→ Data supplied

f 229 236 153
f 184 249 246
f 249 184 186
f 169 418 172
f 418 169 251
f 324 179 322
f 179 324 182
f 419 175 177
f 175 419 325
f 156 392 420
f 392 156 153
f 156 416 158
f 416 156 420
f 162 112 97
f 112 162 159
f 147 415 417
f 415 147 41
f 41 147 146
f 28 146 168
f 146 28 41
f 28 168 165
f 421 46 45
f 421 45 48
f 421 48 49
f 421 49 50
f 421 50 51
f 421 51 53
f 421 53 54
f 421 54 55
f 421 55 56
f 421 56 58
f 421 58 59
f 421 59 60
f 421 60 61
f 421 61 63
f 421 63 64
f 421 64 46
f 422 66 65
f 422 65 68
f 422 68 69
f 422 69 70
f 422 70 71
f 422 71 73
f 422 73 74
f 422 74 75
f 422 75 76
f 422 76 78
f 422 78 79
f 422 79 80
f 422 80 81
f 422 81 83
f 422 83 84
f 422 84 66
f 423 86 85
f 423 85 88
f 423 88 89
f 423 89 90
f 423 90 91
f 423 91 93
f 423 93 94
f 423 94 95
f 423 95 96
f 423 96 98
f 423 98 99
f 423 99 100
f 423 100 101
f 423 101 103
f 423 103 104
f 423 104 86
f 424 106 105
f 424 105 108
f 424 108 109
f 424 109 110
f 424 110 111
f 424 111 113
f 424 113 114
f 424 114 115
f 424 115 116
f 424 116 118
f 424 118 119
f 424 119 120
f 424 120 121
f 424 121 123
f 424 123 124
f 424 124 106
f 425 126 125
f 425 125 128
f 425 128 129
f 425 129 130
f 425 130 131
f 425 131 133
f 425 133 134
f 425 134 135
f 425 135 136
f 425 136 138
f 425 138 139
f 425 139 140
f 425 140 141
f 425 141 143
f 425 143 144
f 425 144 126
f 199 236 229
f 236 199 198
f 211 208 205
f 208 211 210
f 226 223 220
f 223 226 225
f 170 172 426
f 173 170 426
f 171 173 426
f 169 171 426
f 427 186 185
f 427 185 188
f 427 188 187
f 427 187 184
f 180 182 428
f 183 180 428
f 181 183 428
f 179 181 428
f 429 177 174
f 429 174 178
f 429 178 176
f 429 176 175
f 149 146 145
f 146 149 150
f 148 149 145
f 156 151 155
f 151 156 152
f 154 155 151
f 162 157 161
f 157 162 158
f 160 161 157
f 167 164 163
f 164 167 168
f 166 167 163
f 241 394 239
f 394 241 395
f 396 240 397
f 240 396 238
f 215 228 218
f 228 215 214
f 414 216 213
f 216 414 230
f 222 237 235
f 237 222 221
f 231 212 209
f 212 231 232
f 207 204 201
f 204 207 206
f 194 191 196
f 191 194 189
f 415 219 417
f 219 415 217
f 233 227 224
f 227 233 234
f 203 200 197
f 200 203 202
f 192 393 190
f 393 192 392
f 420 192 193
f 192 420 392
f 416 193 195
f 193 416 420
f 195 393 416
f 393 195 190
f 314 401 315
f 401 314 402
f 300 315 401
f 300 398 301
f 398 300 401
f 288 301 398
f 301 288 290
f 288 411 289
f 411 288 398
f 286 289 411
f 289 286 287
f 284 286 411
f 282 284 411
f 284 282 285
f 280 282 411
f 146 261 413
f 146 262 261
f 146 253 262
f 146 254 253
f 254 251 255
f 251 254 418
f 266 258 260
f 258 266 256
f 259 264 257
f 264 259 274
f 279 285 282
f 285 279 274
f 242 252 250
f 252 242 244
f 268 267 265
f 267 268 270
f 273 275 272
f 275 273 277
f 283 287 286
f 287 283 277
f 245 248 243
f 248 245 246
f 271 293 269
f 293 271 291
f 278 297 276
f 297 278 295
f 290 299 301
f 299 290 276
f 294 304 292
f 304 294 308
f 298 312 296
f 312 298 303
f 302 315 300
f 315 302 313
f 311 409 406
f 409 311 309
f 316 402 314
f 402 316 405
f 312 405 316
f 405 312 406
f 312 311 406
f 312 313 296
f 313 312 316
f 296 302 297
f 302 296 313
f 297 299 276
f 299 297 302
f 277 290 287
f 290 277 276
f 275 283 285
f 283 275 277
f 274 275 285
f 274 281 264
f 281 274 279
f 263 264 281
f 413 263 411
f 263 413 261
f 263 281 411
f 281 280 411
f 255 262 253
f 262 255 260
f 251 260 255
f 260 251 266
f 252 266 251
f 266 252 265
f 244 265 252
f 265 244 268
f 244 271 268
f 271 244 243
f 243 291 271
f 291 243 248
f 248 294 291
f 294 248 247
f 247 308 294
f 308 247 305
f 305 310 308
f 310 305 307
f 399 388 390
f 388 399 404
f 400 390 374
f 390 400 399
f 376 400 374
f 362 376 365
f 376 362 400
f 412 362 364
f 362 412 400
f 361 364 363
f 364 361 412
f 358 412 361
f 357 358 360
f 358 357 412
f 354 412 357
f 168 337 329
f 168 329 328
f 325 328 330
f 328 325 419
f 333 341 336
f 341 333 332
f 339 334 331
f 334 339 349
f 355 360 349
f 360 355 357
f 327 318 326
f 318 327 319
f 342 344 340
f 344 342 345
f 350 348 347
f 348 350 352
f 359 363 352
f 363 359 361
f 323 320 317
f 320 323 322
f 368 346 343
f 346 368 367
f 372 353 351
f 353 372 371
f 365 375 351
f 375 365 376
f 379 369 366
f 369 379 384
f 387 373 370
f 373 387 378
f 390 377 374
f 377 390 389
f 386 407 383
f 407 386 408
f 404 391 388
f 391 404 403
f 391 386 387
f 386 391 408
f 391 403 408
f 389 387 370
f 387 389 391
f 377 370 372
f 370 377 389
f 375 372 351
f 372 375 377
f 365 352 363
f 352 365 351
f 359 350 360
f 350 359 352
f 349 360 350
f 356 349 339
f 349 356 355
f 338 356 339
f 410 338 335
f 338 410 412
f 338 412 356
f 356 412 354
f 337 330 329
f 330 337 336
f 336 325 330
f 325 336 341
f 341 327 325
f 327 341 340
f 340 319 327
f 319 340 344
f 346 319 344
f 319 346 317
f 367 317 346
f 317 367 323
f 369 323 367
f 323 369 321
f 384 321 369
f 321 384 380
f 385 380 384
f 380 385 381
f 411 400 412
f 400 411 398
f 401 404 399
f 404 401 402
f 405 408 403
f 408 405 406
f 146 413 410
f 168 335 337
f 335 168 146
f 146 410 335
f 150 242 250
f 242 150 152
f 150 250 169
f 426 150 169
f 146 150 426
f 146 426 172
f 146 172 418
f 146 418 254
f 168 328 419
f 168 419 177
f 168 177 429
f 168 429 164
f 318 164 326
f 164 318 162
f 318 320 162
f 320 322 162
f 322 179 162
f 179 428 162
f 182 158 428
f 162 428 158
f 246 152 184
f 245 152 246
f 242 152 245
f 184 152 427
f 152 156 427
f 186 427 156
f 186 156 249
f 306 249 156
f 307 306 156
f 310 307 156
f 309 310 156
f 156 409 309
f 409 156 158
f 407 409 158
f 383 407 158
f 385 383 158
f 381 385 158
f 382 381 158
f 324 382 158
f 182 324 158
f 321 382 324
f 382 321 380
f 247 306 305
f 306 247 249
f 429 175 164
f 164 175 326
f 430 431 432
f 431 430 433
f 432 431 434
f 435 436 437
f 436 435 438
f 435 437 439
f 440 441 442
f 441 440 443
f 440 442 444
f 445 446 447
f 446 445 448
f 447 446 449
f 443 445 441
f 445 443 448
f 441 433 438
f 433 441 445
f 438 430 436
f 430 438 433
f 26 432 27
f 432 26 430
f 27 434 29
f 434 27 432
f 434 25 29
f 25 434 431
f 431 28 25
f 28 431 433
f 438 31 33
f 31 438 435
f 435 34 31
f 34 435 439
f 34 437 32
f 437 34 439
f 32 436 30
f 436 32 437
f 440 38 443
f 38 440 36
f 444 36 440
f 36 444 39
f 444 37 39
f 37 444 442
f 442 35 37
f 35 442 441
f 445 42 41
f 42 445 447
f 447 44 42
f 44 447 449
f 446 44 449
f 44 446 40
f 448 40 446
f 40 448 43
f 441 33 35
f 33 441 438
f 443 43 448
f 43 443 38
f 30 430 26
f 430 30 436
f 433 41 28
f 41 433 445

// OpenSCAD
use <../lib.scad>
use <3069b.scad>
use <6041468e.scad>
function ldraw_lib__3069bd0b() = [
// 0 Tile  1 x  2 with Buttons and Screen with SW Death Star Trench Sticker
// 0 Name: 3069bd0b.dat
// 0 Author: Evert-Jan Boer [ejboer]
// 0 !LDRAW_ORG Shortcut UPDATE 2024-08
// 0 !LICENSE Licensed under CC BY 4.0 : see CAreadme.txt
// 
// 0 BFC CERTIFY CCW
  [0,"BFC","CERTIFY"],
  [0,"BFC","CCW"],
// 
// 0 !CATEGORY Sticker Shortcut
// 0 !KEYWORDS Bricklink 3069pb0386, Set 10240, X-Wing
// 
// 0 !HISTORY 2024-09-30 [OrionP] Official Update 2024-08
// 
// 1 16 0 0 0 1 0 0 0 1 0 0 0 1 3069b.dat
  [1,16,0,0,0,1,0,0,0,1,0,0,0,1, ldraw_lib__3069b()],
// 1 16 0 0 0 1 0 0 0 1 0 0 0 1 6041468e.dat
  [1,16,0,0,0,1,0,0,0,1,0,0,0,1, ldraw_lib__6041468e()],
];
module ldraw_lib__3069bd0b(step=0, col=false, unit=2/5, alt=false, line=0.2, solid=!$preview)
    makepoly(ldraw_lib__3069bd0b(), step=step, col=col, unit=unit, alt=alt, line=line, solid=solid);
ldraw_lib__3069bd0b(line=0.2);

→ What the task requires
Beginning at the first line of the records, give again each line exactly as written, ending with the line that contains "f 289 286 287".

→ Worked solution
f 229 236 153
f 184 249 246
f 249 184 186
f 169 418 172
f 418 169 251
f 324 179 322
f 179 324 182
f 419 175 177
f 175 419 325
f 156 392 420
f 392 156 153
f 156 416 158
f 416 156 420
f 162 112 97
f 112 162 159
f 147 415 417
f 415 147 41
f 41 147 146
f 28 146 168
f 146 28 41
f 28 168 165
f 421 46 45
f 421 45 48
f 421 48 49
f 421 49 50
f 421 50 51
f 421 51 53
f 421 53 54
f 421 54 55
f 421 55 56
f 421 56 58
f 421 58 59
f 421 59 60
f 421 60 61
f 421 61 63
f 421 63 64
f 421 64 46
f 422 66 65
f 422 65 68
f 422 68 69
f 422 69 70
f 422 70 71
f 422 71 73
f 422 73 74
f 422 74 75
f 422 75 76
f 422 76 78
f 422 78 79
f 422 79 80
f 422 80 81
f 422 81 83
f 422 83 84
f 422 84 66
f 423 86 85
f 423 85 88
f 423 88 89
f 423 89 90
f 423 90 91
f 423 91 93
f 423 93 94
f 423 94 95
f 423 95 96
f 423 96 98
f 423 98 99
f 423 99 100
f 423 100 101
f 423 101 103
f 423 103 104
f 423 104 86
f 424 106 105
f 424 105 108
f 424 108 109
f 424 109 110
f 424 110 111
f 424 111 113
f 424 113 114
f 424 114 115
f 424 115 116
f 424 116 118
f 424 118 119
f 424 119 120
f 424 120 121
f 424 121 123
f 424 123 124
f 424 124 106
f 425 126 125
f 425 125 128
f 425 128 129
f 425 129 130
f 425 130 131
f 425 131 133
f 425 133 134
f 425 134 135
f 425 135 136
f 425 136 138
f 425 138 139
f 425 139 140
f 425 140 141
f 425 141 143
f 425 143 144
f 425 144 126
f 199 236 229
f 236 199 198
f 211 208 205
f 208 211 210
f 226 223 220
f 223 226 225
f 170 172 426
f 173 170 426
f 171 173 426
f 169 171 426
f 427 186 185
f 427 185 188
f 427 188 187
f 427 187 184
f 180 182 428
f 183 180 428
f 181 183 428
f 179 181 428
f 429 177 174
f 429 174 178
f 429 178 176
f 429 176 175
f 149 146 145
f 146 149 150
f 148 149 145
f 156 151 155
f 151 156 152
f 154 155 151
f 162 157 161
f 157 162 158
f 160 161 157
f 167 164 163
f 164 167 168
f 166 167 163
f 241 394 239
f 394 241 395
f 396 240 397
f 240 396 238
f 215 228 218
f 228 215 214
f 414 216 213
f 216 414 230
f 222 237 235
f 237 222 221
f 231 212 209
f 212 231 232
f 207 204 201
f 204 207 206
f 194 191 196
f 191 194 189
f 415 219 417
f 219 415 217
f 233 227 224
f 227 233 234
f 203 200 197
f 200 203 202
f 192 393 190
f 393 192 392
f 420 192 193
f 192 420 392
f 416 193 195
f 193 416 420
f 195 393 416
f 393 195 190
f 314 401 315
f 401 314 402
f 300 315 401
f 300 398 301
f 398 300 401
f 288 301 398
f 301 288 290
f 288 411 289
f 411 288 398
f 286 289 411
f 289 286 287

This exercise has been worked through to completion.